External agents need to have the financial and human capacity, and an understanding of CBNRM
to play a constructive and effective role in a time-bound project intervention. A project
intervention must evolve from a top-down intervention into an autonomous CBNRM programme,
that is sustainable, and that can contribute to a process of sustainable development and
conservation after the end of a project life. In order to realise this, a project intervention must be
rigorously planned and designed. This formulation is critical to the subsequent implementation
and operation of a project. It is vital that a CBNRM addresses the key characteristics of
CBNRM, and that in doing so, it delivers social, economic and environmental development to the
targeted community.
Analysis of the Tchuma Tchato project at Bawa has elucidated that the project is floundering.

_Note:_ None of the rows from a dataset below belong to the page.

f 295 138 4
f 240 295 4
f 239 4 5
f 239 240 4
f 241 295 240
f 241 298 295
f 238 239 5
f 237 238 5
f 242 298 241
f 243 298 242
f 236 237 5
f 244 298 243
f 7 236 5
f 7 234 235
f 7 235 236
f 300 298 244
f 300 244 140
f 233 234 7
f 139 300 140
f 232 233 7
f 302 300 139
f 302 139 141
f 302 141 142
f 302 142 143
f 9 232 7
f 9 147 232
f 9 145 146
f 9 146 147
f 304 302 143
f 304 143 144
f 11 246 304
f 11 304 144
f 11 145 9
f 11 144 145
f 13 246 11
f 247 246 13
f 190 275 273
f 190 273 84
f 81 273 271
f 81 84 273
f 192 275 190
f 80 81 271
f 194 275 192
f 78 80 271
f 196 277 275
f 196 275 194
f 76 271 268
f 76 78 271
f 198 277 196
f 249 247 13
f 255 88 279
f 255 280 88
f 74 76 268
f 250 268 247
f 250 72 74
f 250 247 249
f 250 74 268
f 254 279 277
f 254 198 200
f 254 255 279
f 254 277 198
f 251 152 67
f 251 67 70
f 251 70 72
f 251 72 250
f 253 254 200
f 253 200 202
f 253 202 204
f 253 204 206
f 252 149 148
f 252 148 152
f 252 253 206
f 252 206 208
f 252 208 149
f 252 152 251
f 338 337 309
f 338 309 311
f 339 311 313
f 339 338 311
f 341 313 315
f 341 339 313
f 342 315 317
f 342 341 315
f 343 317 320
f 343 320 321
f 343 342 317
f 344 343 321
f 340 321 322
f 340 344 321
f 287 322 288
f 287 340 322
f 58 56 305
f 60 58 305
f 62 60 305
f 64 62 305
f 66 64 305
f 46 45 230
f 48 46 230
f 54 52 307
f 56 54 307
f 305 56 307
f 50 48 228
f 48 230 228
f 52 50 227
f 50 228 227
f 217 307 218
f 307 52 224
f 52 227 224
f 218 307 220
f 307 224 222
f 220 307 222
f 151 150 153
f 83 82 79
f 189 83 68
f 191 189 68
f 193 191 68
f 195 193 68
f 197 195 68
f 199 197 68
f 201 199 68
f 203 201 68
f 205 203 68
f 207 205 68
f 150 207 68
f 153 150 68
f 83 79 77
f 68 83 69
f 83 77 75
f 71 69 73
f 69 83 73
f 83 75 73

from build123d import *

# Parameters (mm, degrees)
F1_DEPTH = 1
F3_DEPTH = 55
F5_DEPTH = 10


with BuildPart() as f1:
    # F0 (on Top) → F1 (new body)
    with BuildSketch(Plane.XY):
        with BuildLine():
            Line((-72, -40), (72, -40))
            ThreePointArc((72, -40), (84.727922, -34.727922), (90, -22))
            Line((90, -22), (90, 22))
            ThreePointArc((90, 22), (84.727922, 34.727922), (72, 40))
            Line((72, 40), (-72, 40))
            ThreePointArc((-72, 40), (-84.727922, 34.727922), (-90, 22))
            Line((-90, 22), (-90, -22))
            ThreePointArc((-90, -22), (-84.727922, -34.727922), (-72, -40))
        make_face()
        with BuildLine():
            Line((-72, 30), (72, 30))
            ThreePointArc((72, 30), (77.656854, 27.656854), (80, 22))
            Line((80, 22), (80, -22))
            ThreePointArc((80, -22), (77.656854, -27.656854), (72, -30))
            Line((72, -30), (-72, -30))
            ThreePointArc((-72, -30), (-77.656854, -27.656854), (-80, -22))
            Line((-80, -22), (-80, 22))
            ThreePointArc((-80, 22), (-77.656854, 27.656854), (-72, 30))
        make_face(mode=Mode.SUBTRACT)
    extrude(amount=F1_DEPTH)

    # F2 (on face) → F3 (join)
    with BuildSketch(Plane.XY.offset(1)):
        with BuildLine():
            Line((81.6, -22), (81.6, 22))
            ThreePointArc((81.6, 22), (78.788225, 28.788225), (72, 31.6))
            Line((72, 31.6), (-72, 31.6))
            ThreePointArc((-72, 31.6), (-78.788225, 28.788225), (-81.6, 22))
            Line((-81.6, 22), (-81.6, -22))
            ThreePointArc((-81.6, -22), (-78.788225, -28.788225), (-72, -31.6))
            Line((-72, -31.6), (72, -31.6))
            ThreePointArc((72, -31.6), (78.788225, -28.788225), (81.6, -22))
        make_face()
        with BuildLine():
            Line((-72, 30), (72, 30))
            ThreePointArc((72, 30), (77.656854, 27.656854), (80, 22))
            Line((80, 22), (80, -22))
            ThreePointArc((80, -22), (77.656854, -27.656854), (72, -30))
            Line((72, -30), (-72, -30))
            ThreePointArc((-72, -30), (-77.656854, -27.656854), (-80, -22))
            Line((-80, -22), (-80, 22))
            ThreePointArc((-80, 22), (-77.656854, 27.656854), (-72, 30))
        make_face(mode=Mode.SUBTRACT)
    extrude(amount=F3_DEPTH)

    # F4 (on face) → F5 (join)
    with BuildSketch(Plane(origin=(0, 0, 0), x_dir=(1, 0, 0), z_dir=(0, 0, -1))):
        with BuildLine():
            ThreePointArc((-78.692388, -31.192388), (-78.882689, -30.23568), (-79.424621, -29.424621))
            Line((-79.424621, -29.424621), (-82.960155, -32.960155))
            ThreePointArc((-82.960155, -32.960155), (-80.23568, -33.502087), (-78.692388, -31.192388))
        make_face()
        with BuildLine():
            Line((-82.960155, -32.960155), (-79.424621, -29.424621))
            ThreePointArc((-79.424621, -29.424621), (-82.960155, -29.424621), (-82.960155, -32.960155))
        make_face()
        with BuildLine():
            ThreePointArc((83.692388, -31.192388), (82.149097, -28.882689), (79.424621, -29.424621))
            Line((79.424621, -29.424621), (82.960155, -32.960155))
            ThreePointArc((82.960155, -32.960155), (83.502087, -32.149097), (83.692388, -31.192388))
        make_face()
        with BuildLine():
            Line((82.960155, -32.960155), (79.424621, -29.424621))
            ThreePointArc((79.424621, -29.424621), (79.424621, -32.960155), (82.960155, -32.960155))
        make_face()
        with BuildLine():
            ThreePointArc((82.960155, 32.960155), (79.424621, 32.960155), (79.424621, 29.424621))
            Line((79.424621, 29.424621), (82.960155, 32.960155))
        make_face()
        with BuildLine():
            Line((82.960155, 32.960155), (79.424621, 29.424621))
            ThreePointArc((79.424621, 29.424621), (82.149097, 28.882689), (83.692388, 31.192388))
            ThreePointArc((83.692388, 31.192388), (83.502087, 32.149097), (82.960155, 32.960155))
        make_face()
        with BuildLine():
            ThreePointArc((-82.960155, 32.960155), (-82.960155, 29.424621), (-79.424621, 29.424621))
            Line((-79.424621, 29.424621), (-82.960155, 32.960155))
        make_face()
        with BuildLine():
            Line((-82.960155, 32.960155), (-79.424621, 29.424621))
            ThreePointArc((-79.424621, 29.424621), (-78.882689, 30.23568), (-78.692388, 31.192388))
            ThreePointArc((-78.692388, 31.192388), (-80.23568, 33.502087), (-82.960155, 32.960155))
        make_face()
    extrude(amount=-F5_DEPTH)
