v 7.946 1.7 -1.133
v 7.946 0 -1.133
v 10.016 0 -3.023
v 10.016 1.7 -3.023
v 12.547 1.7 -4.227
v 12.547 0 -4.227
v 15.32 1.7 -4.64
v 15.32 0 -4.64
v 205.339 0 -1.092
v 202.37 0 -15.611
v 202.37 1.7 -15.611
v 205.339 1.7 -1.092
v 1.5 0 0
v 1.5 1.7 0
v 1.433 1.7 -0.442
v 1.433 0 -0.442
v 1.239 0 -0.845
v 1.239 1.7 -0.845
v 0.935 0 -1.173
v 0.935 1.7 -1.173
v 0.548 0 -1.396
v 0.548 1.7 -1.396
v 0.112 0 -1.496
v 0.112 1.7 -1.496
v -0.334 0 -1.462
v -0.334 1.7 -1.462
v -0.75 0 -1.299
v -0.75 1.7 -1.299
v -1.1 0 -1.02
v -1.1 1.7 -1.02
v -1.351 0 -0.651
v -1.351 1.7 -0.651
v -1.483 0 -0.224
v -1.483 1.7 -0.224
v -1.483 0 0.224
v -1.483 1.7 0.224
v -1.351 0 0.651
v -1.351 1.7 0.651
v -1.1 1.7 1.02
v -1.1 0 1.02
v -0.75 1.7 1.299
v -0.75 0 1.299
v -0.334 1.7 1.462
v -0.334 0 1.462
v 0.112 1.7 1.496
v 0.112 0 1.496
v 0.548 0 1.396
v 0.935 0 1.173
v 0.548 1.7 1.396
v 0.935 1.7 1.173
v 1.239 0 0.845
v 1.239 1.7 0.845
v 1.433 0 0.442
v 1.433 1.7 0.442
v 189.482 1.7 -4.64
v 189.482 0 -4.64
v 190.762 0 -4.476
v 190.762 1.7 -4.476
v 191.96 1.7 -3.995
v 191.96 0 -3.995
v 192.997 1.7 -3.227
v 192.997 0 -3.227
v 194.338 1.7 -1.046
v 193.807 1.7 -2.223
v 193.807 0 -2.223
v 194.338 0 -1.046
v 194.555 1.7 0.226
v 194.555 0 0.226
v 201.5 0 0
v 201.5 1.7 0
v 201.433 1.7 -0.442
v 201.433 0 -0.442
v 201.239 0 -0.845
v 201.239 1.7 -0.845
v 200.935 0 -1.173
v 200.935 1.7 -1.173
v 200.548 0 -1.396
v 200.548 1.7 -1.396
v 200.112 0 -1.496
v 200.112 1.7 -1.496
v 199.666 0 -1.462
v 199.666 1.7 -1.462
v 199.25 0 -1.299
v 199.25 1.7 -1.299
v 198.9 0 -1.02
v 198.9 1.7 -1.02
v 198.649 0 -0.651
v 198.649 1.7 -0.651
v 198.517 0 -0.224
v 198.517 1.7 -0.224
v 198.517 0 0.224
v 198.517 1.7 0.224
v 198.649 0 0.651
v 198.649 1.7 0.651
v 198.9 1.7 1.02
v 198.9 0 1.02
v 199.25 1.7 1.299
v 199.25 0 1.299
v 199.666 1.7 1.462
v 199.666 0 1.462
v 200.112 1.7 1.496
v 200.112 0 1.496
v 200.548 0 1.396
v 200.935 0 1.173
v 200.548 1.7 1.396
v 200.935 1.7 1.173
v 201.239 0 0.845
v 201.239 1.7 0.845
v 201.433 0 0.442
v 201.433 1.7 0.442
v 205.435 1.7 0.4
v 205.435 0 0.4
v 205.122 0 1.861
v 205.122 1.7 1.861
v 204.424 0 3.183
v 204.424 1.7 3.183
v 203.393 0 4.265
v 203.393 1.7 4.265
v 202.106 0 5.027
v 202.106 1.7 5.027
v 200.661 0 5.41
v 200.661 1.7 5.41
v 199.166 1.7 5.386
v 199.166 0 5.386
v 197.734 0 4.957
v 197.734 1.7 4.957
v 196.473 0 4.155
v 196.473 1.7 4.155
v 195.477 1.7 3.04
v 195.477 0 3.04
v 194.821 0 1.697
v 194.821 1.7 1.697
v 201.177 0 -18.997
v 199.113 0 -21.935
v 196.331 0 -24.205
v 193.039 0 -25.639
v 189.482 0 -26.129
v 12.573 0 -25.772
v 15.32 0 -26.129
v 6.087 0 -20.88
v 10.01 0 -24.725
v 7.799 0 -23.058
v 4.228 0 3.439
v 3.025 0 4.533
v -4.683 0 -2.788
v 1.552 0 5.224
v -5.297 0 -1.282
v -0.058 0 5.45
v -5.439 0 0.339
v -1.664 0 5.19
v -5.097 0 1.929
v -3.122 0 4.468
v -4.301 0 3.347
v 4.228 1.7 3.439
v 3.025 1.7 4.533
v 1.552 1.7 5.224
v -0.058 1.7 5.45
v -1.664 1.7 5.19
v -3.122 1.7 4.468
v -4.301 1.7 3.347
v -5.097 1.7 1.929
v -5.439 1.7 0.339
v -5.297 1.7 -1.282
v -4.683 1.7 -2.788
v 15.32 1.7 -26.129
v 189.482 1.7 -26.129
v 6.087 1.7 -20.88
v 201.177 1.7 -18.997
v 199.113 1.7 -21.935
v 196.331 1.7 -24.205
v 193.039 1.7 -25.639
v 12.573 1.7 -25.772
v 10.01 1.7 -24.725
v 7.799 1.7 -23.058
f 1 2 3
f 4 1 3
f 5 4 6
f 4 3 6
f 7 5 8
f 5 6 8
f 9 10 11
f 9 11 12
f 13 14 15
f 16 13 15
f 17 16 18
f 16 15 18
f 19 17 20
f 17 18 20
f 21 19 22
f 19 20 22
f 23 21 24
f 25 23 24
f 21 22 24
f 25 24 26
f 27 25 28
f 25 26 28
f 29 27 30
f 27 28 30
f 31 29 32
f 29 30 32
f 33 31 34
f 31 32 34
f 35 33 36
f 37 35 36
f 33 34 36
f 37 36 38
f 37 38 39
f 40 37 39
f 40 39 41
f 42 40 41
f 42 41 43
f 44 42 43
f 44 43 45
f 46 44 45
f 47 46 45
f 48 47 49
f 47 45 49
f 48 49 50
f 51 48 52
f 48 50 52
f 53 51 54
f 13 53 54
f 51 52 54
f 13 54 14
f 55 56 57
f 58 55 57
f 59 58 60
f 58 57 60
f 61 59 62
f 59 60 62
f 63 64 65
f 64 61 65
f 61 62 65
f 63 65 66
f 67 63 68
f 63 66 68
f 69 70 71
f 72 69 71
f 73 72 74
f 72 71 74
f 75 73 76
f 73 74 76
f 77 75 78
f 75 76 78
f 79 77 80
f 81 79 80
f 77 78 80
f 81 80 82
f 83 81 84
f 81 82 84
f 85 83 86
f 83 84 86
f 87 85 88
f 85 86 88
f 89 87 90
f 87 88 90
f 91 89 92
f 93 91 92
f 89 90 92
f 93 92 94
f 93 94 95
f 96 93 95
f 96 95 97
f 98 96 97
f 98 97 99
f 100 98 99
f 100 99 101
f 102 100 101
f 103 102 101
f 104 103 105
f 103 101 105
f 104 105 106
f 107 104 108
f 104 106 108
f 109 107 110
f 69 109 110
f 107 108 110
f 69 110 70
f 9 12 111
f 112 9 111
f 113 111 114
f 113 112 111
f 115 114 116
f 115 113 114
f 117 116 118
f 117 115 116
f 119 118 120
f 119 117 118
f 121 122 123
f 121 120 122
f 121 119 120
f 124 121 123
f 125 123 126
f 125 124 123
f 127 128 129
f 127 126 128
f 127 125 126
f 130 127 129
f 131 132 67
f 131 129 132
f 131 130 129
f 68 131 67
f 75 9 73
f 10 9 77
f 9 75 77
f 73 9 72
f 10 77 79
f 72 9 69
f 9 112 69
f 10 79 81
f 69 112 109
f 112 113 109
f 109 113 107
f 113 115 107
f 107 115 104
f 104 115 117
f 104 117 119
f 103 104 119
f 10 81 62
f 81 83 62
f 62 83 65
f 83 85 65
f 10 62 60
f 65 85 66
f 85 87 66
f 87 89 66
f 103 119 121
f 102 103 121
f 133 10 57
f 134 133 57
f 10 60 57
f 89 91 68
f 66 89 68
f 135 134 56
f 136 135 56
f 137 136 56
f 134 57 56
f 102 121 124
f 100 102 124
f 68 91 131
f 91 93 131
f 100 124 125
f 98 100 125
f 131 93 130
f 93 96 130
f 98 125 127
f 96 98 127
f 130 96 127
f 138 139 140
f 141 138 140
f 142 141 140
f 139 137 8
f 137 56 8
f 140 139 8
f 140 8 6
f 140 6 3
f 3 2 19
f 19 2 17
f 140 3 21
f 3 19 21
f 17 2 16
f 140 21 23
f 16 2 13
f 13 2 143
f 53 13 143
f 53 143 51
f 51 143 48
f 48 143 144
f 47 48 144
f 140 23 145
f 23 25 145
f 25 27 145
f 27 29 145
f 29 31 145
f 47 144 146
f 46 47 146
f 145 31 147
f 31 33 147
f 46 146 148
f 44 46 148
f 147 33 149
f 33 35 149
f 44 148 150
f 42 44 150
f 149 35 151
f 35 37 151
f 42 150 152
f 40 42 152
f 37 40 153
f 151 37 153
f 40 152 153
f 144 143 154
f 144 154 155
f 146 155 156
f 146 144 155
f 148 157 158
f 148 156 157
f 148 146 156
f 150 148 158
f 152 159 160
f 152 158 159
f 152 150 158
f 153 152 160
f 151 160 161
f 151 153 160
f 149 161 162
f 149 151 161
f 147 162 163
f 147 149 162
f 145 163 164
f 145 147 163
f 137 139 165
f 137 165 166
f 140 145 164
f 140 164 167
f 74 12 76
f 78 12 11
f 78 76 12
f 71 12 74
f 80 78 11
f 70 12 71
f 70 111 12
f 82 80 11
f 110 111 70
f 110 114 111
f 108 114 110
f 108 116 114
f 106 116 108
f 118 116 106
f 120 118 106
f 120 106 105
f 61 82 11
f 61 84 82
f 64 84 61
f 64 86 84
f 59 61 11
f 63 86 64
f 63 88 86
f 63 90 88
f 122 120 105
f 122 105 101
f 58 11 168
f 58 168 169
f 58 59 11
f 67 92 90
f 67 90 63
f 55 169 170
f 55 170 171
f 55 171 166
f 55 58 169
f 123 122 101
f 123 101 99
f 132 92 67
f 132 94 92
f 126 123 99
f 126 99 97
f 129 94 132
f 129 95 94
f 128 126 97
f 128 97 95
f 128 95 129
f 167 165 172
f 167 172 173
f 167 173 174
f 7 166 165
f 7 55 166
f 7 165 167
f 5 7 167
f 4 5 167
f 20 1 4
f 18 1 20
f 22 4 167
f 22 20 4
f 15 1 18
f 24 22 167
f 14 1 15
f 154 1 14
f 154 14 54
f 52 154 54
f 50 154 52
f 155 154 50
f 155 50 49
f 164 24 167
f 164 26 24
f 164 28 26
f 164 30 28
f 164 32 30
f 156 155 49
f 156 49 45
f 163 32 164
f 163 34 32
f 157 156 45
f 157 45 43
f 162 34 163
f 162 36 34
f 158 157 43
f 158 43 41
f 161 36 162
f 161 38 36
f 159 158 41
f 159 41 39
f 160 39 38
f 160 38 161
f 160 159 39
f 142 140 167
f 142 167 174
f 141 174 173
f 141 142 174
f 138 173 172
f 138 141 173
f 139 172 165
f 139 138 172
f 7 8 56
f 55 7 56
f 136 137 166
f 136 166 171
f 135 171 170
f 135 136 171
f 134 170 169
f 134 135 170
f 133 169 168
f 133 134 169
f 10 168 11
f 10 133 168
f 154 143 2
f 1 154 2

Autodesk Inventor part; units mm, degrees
ref_plane "YZ Plane" through (0, 0, 0) normal (1, 0, 0) x (0, 1, 0)
ref_plane "XZ Plane" through (0, 0, 0) normal (0, 1, 0) x (-1, 0, 0)
ref_plane "XY Plane" through (0, 0, 0) normal (0, 0, 1) x (1, 0, 0)
sketch "Sketch1" plane through (0, 0, 0) normal (0, 1, 0) x (-1, 0, 0)
  arc A0 (4.6831, -2.7877) -> (-4.2282, 3.4387) centre (0, 0) ccw
  line L0 (4.6831, -2.7877) -> (-6.0873, -20.8805)
  line L1 (-4.2282, 3.4387) -> (-7.9464, -1.1331)
  arc A1 (-15.3196, -26.129) -> (-6.0873, -20.8805) centre (-15.3196, -15.3847) ccw
  arc A2 (-15.3196, -4.6405) -> (-7.9464, -1.1331) centre (-15.3196, 4.8633) ccw
  line L2 (-15.3196, -26.129) -> (-189.4823, -26.129)
  line L3 (-15.3196, -4.6405) -> (-189.4823, -4.6405)
  arc A3 (-194.5547, 0.2259) -> (-205.3394, -1.0922) centre (-200, 0) ccw
  arc A4 (-194.5547, 0.2259) -> (-189.4823, -4.6405) centre (-189.4823, 0.4363) ccw
  arc A5 (-202.3696, -15.6109) -> (-189.4823, -26.129) centre (-189.4823, -12.9748) ccw
  line L4 (-202.3696, -15.6109) -> (-205.3394, -1.0922)
  point P0 (-6.0873, 1.1528)
  point P1 (-10.0096, -24.7251)
  point P2 (-0.7021, -11.8341)
  dimension "d0" = 10.9
  dimension "d1" = 10.9
  dimension "d2" = 200
  dimension "d3" = 0
  dimension "d6" = 0
  dimension "d7" = 0
  dimension "d8" = 0
  dimension "d9" = 174.1627
  dimension "d10" = 9.3075
  dimension "d11" = 13.1542
extrude "Extrusion1" add sketch "Sketch1" along normal blind 1.7
sketch "Sketch2" plane through (0, 1.7, 0) normal (0, 1, 0) x (1, 0, 0)
  arc A0 (-4.6831, 2.7877) -> (4.2282, -3.4387) centre (0, 0) ccw projected
  circle A1 centre (0, 0) radius 1.5
  arc A2 (194.5547, -0.2259) -> (205.3394, 1.0922) centre (200, 0) ccw projected
  circle A3 centre (200, 0) radius 1.5
  dimension "d14" = 3
  dimension "d15" = 3
extrude "Extrusion2" cut sketch "Sketch2" against normal blind 1.7
equation "\"BendRadius\" = Thickness"
equation "\"BendReliefWidth\" = Thickness"
equation "\"BendReliefDepth\" = 0.5 * Thickness"
equation "\"CornerReliefSize\" = 4 * Thickness"
equation "\"MinimumRemnant\" = 2 * Thickness"
equation "\"TransitionRadius\" = BendRadius"
equation "\"JacobiRadiusSize\" = BendRadius"
equation "\"GapSize\" = Thickness"
equation "\"Thickness\" = 3.048"
properties part number "A3P1"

Application of the conceptual framework to Tchuma Tchato has established causes for this. The
primary cause is a weakness in the roles played by the lead institution and external agents. The
project was not rigorously formulated. The project has not been effectively managed. The
project has failed to address the key characteristics of CBNRM, and it is not contributing to a
process of sustainable development. This analysis has facilitated the identification of remedial
actions for Tchuma Tchato at Bawa, and recommendations for future CBNRM projects have been
made.
Description
Thesis (M.Env.Dev.)-University of Natal, Pietermaritzburg, 1998.
Keywords
Natural resources--Management., Conservation of natural resources--Citizen participation., Land use, Rural--Mozambique., Natural resources--Mozambique., Theses--Environmental Science.